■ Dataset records
*** Begin section ***

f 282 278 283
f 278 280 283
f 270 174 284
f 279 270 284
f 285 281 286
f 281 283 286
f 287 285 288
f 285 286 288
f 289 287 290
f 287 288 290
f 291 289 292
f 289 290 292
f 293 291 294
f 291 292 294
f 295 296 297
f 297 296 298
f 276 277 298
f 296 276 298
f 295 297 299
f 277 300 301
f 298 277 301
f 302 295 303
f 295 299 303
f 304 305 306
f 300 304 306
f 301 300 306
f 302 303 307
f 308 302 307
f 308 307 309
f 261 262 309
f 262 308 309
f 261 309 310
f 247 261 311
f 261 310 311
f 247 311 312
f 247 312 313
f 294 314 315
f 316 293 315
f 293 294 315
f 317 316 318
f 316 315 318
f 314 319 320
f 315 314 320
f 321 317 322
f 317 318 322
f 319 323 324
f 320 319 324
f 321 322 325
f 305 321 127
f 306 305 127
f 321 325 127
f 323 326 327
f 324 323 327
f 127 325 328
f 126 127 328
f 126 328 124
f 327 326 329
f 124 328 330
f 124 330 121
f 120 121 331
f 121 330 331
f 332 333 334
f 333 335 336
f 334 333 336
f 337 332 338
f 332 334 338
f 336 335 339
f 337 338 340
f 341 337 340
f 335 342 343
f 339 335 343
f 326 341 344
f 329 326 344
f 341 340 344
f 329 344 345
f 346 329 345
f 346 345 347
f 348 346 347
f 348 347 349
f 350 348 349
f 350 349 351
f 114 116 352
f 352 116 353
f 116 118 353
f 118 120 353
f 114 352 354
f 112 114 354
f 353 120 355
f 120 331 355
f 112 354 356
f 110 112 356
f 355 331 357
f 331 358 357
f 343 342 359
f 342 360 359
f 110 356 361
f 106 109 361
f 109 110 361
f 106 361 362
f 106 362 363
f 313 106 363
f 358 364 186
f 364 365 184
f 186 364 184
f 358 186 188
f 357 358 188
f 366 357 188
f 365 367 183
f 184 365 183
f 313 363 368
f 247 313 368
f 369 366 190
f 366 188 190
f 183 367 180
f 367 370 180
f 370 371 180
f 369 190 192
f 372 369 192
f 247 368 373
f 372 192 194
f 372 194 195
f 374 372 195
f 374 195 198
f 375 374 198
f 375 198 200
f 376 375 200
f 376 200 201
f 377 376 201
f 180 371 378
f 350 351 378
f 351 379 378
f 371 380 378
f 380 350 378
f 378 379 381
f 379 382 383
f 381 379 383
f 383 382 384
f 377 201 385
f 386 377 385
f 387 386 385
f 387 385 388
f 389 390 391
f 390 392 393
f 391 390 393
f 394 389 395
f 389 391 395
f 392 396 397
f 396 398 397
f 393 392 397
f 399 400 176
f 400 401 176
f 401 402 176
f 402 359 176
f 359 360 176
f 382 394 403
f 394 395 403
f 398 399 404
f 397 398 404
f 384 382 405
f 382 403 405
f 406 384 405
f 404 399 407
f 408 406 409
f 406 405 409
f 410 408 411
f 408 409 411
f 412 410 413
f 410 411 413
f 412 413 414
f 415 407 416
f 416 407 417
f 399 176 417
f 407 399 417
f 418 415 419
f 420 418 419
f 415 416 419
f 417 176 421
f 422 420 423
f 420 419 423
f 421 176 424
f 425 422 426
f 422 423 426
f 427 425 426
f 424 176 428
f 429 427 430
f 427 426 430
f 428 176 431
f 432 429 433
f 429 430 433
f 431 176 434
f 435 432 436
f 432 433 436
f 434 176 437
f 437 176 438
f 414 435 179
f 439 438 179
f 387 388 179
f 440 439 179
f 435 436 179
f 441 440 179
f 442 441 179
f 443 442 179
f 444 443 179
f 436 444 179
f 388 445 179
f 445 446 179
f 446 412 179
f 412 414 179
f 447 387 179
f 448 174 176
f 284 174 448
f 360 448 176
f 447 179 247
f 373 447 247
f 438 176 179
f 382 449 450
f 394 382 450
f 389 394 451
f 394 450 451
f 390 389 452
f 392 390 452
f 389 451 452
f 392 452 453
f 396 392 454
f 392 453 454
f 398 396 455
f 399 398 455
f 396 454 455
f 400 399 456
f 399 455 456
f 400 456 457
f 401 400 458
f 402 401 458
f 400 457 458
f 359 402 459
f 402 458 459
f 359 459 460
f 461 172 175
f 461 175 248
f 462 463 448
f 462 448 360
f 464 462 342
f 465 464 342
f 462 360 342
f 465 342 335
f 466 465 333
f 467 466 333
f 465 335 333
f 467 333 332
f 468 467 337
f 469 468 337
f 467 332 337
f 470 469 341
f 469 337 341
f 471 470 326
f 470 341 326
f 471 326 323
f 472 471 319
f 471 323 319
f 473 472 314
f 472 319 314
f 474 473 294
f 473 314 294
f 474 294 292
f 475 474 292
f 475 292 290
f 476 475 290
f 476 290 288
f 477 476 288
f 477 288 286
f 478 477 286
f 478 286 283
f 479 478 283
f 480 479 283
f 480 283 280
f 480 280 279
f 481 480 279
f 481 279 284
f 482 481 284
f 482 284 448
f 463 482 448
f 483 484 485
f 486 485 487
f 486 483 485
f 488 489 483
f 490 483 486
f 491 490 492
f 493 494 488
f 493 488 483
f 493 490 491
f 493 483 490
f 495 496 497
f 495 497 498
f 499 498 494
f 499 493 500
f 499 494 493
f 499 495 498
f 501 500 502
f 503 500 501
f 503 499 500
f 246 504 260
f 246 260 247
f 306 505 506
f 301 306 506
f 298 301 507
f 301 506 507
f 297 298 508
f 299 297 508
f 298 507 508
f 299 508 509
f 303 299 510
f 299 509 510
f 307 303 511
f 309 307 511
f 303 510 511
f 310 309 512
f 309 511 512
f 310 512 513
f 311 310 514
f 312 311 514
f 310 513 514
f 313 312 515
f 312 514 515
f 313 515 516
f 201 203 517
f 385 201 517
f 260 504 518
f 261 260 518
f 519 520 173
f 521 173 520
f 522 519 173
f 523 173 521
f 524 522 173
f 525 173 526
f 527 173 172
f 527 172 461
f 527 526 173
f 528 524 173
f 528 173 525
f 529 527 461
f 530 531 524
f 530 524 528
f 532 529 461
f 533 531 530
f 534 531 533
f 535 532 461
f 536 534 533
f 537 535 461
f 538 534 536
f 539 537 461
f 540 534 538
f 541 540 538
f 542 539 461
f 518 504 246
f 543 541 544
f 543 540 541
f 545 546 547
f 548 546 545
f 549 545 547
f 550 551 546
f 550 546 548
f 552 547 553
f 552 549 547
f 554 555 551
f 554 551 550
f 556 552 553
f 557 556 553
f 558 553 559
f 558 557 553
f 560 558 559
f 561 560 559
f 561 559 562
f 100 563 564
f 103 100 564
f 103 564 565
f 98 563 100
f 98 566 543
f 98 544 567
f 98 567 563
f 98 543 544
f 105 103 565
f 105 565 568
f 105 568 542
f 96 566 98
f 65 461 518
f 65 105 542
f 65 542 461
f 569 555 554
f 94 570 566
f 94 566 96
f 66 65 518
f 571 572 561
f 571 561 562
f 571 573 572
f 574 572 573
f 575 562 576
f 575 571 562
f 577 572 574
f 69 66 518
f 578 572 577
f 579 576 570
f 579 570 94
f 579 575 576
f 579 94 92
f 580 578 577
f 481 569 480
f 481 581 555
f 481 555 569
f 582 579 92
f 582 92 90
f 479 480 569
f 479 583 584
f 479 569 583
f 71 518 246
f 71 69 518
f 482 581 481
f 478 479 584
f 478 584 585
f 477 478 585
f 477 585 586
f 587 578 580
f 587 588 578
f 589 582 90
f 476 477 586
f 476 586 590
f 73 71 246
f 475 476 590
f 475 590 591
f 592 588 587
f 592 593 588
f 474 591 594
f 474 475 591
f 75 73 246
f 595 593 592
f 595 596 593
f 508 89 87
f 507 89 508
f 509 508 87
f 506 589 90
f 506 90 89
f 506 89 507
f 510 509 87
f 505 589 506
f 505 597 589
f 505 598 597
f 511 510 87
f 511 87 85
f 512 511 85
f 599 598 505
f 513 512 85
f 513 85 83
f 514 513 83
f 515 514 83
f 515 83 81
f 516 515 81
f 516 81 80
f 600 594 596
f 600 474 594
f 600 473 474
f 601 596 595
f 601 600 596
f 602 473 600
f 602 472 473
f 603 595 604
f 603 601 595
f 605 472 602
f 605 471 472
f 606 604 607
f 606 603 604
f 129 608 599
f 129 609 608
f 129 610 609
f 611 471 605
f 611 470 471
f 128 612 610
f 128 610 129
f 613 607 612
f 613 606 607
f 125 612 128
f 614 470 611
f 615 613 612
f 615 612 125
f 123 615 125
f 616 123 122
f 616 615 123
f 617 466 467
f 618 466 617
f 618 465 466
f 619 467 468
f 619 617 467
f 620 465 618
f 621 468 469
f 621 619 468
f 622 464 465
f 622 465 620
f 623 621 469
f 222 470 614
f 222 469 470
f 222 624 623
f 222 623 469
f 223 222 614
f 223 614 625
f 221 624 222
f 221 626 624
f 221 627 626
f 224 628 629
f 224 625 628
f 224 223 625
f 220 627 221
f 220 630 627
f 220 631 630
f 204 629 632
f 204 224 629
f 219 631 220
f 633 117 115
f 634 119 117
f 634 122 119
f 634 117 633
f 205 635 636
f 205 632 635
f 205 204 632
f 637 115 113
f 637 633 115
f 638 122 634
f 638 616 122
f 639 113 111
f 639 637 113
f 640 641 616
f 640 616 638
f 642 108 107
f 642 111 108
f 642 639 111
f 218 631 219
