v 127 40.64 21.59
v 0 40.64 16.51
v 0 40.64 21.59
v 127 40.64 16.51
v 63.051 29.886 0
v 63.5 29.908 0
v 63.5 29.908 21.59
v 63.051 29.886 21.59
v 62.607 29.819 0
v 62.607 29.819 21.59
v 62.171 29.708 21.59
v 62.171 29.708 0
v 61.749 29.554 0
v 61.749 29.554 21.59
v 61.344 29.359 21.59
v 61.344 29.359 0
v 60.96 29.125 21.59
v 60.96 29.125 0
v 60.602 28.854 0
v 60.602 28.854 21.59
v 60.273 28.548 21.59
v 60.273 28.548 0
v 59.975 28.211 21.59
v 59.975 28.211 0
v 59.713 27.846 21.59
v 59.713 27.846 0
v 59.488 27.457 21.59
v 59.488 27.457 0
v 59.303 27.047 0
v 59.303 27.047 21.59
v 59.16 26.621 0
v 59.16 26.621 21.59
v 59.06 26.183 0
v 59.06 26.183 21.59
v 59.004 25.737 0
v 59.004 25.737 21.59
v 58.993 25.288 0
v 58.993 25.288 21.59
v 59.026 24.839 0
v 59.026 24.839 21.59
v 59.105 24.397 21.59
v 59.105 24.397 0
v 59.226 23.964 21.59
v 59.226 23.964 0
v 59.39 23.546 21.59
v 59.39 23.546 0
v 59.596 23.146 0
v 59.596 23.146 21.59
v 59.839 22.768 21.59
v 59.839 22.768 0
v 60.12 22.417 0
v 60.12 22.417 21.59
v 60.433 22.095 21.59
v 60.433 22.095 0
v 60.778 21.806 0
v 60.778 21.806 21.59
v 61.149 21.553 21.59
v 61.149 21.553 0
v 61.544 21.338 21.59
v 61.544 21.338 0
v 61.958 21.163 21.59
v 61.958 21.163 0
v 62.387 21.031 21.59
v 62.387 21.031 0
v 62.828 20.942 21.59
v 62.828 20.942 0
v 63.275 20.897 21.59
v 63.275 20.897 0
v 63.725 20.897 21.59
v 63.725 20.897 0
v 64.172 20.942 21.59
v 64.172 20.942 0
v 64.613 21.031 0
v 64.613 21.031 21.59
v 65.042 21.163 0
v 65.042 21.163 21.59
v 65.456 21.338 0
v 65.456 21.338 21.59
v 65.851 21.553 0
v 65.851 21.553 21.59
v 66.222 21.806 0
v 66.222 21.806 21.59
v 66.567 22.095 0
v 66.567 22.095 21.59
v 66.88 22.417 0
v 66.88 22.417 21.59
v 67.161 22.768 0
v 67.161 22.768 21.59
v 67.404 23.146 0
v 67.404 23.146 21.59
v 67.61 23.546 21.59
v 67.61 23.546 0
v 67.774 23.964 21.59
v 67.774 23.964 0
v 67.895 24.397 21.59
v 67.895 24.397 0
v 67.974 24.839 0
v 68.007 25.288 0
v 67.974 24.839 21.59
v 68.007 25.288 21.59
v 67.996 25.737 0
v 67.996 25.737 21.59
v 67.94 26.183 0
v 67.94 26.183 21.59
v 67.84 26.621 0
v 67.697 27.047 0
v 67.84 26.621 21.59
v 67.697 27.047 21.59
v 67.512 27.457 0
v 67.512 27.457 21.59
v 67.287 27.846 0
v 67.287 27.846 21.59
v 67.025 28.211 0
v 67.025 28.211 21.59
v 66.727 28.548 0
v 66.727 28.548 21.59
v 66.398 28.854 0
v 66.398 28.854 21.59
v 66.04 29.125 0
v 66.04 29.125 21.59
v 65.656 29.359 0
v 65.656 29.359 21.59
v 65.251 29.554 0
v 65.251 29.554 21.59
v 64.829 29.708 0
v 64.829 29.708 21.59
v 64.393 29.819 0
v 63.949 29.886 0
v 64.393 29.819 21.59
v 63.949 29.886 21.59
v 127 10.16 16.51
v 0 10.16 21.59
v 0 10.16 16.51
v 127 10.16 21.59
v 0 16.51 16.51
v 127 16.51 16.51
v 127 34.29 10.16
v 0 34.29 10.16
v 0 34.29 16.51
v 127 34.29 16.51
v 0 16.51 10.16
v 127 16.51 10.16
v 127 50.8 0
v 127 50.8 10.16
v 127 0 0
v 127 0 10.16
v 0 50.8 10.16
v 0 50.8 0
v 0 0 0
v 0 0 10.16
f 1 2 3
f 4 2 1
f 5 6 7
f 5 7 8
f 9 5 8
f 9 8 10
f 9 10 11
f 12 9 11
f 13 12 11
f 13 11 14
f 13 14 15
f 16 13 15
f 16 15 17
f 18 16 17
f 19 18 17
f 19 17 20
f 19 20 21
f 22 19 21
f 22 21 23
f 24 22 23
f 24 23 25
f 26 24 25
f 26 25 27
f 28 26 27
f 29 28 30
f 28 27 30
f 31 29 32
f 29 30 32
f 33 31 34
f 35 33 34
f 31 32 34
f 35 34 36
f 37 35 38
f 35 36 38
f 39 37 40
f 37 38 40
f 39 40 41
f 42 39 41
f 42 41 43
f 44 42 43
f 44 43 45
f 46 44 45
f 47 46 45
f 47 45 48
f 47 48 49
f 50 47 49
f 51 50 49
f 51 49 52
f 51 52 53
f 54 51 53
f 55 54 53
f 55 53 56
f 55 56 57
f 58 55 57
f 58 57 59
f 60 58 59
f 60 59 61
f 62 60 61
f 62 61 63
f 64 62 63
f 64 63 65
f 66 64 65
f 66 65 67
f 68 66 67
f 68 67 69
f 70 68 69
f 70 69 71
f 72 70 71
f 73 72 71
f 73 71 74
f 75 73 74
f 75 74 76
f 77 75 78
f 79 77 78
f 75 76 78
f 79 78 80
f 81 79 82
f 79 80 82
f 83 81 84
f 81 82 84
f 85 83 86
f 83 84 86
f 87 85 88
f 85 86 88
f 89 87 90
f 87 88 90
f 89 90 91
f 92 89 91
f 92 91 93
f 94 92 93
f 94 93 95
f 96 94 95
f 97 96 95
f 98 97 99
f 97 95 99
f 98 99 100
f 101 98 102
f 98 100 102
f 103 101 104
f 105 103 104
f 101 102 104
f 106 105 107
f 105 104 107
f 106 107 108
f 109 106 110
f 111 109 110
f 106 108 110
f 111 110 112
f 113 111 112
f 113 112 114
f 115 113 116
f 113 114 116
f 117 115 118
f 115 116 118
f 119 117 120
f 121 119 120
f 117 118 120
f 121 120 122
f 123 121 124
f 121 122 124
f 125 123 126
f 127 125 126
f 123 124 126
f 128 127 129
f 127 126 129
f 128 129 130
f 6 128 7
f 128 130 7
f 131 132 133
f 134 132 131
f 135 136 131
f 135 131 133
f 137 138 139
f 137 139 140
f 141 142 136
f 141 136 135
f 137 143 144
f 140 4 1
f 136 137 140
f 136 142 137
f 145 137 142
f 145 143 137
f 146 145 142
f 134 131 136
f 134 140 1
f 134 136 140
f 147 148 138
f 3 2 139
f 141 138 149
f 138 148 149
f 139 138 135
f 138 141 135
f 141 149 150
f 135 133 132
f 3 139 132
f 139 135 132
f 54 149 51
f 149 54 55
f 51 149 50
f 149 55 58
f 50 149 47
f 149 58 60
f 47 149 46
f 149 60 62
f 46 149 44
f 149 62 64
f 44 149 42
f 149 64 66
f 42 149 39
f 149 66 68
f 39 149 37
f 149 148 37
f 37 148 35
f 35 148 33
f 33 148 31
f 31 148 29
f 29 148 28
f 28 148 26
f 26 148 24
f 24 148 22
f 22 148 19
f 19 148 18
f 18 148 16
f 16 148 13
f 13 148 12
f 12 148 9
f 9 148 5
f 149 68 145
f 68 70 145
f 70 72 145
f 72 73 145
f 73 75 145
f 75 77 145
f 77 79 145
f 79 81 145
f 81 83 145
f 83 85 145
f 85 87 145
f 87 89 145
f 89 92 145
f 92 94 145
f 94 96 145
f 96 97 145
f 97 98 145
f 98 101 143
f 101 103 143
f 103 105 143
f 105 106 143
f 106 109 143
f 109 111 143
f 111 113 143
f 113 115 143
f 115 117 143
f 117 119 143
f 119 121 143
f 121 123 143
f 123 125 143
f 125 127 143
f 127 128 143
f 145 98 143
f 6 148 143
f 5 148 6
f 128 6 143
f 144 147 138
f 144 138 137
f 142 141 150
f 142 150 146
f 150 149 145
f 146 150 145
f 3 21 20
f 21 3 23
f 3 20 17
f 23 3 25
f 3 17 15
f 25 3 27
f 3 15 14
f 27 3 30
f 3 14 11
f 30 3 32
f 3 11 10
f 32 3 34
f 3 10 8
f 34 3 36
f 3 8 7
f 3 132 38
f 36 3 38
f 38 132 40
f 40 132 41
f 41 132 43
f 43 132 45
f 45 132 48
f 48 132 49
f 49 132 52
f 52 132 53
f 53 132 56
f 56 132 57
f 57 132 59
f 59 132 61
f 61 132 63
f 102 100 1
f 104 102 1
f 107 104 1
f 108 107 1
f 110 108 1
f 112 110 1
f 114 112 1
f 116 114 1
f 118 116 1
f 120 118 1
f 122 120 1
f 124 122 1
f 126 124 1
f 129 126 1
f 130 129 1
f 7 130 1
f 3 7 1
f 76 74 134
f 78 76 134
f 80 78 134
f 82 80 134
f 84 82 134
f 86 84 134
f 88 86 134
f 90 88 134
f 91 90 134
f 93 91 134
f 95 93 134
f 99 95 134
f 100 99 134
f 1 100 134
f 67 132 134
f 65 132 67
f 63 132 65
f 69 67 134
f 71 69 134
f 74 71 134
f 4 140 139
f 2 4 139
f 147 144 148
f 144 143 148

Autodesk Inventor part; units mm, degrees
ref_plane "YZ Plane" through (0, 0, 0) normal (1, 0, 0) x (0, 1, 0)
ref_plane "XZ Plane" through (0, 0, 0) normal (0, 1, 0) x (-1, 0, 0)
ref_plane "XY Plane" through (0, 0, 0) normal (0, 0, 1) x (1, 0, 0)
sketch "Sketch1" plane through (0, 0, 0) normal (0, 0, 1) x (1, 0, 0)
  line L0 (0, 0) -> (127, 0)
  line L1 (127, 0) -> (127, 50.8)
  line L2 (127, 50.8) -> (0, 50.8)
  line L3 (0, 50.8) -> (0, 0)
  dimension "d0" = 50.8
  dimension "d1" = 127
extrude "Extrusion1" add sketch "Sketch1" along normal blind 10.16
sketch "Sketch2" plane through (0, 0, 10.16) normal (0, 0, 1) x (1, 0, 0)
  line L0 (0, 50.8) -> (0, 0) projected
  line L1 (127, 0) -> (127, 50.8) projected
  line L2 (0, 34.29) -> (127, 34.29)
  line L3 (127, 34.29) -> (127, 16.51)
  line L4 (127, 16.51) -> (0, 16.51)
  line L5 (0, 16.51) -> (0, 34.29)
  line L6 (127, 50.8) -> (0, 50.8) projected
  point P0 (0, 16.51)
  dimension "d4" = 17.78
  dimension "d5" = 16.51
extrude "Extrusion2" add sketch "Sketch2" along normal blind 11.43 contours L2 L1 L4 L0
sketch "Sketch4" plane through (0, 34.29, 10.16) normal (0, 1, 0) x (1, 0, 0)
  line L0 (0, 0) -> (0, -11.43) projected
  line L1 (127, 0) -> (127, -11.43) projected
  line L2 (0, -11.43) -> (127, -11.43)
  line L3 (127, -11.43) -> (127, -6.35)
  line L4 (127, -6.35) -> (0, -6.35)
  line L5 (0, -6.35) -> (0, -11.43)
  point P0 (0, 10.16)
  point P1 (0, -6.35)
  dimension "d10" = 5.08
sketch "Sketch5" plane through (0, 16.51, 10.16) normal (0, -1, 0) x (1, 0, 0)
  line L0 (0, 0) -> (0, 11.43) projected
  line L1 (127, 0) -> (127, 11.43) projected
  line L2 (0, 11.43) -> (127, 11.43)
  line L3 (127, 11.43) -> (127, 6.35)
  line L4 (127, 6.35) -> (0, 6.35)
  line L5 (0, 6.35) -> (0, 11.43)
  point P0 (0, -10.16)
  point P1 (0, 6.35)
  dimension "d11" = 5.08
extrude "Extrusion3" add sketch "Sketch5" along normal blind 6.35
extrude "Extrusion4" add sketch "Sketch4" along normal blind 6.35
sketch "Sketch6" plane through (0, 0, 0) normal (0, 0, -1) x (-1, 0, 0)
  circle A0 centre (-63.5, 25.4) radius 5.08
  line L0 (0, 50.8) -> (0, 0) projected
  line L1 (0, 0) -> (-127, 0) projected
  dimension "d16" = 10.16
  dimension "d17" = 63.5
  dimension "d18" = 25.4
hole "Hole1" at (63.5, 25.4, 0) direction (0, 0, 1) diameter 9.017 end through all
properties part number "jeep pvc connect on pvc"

*** End section ***

■ WHAT THIS TASK INVOLVES
What is needed is an exact copy of the lines above, from the one containing "f 470 341 326" through the one containing "f 525 173 526", with nothing added.

■ SOLUTION FOR THIS EXERCISE
f 470 341 326
f 471 326 323
f 472 471 319
f 471 323 319
f 473 472 314
f 472 319 314
f 474 473 294
f 473 314 294
f 474 294 292
f 475 474 292
f 475 292 290
f 476 475 290
f 476 290 288
f 477 476 288
f 477 288 286
f 478 477 286
f 478 286 283
f 479 478 283
f 480 479 283
f 480 283 280
f 480 280 279
f 481 480 279
f 481 279 284
f 482 481 284
f 482 284 448
f 463 482 448
f 483 484 485
f 486 485 487
f 486 483 485
f 488 489 483
f 490 483 486
f 491 490 492
f 493 494 488
f 493 488 483
f 493 490 491
f 493 483 490
f 495 496 497
f 495 497 498
f 499 498 494
f 499 493 500
f 499 494 493
f 499 495 498
f 501 500 502
f 503 500 501
f 503 499 500
f 246 504 260
f 246 260 247
f 306 505 506
f 301 306 506
f 298 301 507
f 301 506 507
f 297 298 508
f 299 297 508
f 298 507 508
f 299 508 509
f 303 299 510
f 299 509 510
f 307 303 511
f 309 307 511
f 303 510 511
f 310 309 512
f 309 511 512
f 310 512 513
f 311 310 514
f 312 311 514
f 310 513 514
f 313 312 515
f 312 514 515
f 313 515 516
f 201 203 517
f 385 201 517
f 260 504 518
f 261 260 518
f 519 520 173
f 521 173 520
f 522 519 173
f 523 173 521
f 524 522 173
f 525 173 526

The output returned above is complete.